The second method, avoiding wrong things, is the road less travelled. This merely requires an investor to avoid disasters in order to earn above average long-term returns. For an equity investor, the only disaster is permanent loss of capital. Permanent loss of capital can occur due to one of three reasons: (a) the company has a weak or deteriorating business, (b) the management is inept or dishonest, and (c) paying too much. Temporary loss of capital is an inherent feature of the markets and happens to all stocks irrespective of quality, and is unimportant. The focus of this framework is to lose less money rather than maximize returns.

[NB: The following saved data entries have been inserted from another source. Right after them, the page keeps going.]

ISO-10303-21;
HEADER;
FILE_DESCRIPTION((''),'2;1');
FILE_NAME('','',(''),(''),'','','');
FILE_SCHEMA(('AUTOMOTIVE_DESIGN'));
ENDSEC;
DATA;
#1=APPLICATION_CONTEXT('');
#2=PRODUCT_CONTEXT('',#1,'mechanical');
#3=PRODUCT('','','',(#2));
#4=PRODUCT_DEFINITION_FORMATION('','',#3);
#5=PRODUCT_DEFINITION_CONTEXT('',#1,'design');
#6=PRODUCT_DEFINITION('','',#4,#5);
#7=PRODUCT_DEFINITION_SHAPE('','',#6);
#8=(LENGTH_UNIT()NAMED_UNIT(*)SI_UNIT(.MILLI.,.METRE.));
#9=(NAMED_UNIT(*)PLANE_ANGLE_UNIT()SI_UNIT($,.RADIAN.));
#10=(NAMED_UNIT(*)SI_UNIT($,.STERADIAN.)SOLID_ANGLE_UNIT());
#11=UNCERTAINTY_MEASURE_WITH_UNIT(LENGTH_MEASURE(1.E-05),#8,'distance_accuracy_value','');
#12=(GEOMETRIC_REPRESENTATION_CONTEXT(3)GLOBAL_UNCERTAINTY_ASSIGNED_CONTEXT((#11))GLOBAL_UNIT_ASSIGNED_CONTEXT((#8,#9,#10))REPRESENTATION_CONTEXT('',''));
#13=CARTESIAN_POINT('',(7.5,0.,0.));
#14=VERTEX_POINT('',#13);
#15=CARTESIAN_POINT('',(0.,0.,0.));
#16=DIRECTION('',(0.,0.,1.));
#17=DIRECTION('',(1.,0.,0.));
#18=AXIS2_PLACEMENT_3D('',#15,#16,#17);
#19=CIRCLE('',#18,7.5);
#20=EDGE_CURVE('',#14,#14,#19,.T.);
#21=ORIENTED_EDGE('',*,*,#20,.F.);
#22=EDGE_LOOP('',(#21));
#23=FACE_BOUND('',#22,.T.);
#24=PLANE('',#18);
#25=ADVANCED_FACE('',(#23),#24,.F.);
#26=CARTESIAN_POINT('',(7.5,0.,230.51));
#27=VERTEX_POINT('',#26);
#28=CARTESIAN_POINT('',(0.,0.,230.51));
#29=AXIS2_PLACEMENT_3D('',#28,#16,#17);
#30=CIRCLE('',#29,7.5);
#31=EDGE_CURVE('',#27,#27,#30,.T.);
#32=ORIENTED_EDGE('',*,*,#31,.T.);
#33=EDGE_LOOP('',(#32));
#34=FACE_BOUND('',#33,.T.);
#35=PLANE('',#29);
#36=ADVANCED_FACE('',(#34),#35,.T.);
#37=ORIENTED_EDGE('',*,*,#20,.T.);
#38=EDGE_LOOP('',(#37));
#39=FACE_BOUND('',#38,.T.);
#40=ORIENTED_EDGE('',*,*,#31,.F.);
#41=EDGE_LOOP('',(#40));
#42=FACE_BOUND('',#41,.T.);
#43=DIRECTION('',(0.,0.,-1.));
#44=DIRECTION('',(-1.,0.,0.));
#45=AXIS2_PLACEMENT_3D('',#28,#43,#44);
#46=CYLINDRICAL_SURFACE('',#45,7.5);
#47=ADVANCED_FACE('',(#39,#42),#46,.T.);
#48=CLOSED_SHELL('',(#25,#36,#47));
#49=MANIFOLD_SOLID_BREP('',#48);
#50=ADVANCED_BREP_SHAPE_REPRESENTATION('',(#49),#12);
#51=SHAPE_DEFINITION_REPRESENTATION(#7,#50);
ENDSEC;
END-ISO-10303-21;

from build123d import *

# Parameters (mm, degrees)
CROQUIS1_R              = 7.5
SALIENTE_EXTRUIR1_DEPTH = 230.51


with BuildPart() as part:
    # Croquis1 → Saliente-Extruir1 (new body)
    with BuildSketch(Plane.XY):
        Circle(CROQUIS1_R)
    extrude(amount=SALIENTE_EXTRUIR1_DEPTH)


solid = part.part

The Beginnings: The IPO Boom of 1993-1995
Source: CFA Society India
The IPO boom in India came shortly after the cessation of the office of the Controller of Capital Issues, allowing issuers of securities to raise capital from the market without requiring the consent of any authority. This resulted in a significant influx of new offerings through IPOs, with many debuting at or above par value. Consequently, it attracted more investors as providers of capital and prompted a rise in low-quality businesses opting for IPOs as recipients of capital. As the IPO bubble burst and a large number of such IPOs eventually lost investor capital, it became clear that outperformance is not as easy as it seems, and Mr. Sundaram’s team spent the better part of two years cleaning the portfolio after deciding on a quality-focused approach.
Entry Valuations Matter
a) The Tech Boom
During the tech boom of 2000, ‘tech’ stocks became extremely popular as the benefits of computerization in the Western world were reaped by Indian IT players, particularly due to Y2K. This led to extremely high P/E valuations when compared to their historical means. This implied that the major chunk of wealth creation occurred due to re-rating rather than earnings growth, clearly indicating excessive valuations. Over the next 5 years, these stocks significantly eroded investor wealth on both an absolute and relative basis. Even though the businesses of quality companies such as Infosys grew at a high CAGR of nearly 36% between 2000 and 2006, there is no antidote for unreasonably high valuations.
Source: CFA Society India
The excess in valuation was not widespread across the industry, and ‘old economy’ stocks were spared from market excesses. As a result, various high-quality businesses such as Nestle India, ITC, and Asian Paints were available at decent valuations. Even if an investor purchased shares of these companies at the height of the tech boom, he would have made spectacular returns till the end of the next bull market.
Source: CFA Society India
b) The Infrastructure Boom
The infrastructure and real estate boom of 2007 had the same story as the tech boom of 2000; only the names of the companies and the theme were different, the plot of excessive valuation remained the same. Companies that were shunned in the previous boom came to the forefront and began commanding extremely high valuations. However, these valuations were unsustainable and investors lost money over the next 5 years.
Source: CFA Society India
Similar to the tech boom, companies that were shunned in this bull market were available at low valuations even at the peak of the Bull Run. For example, Hindustan Unilever and Procter & Gamble were shunned by the investing community due to a lack of returns since 1999. As a result, these companies faced a strong derating in valuations which made them attractively priced. Even if an investor purchased shares of these companies at the height of the infrastructure boom, he would have made spectacular returns over the next 10 years, including the bear market that followed the Bull Run.
Source: CFA Society India
History may not repeat itself, but it often rhymes.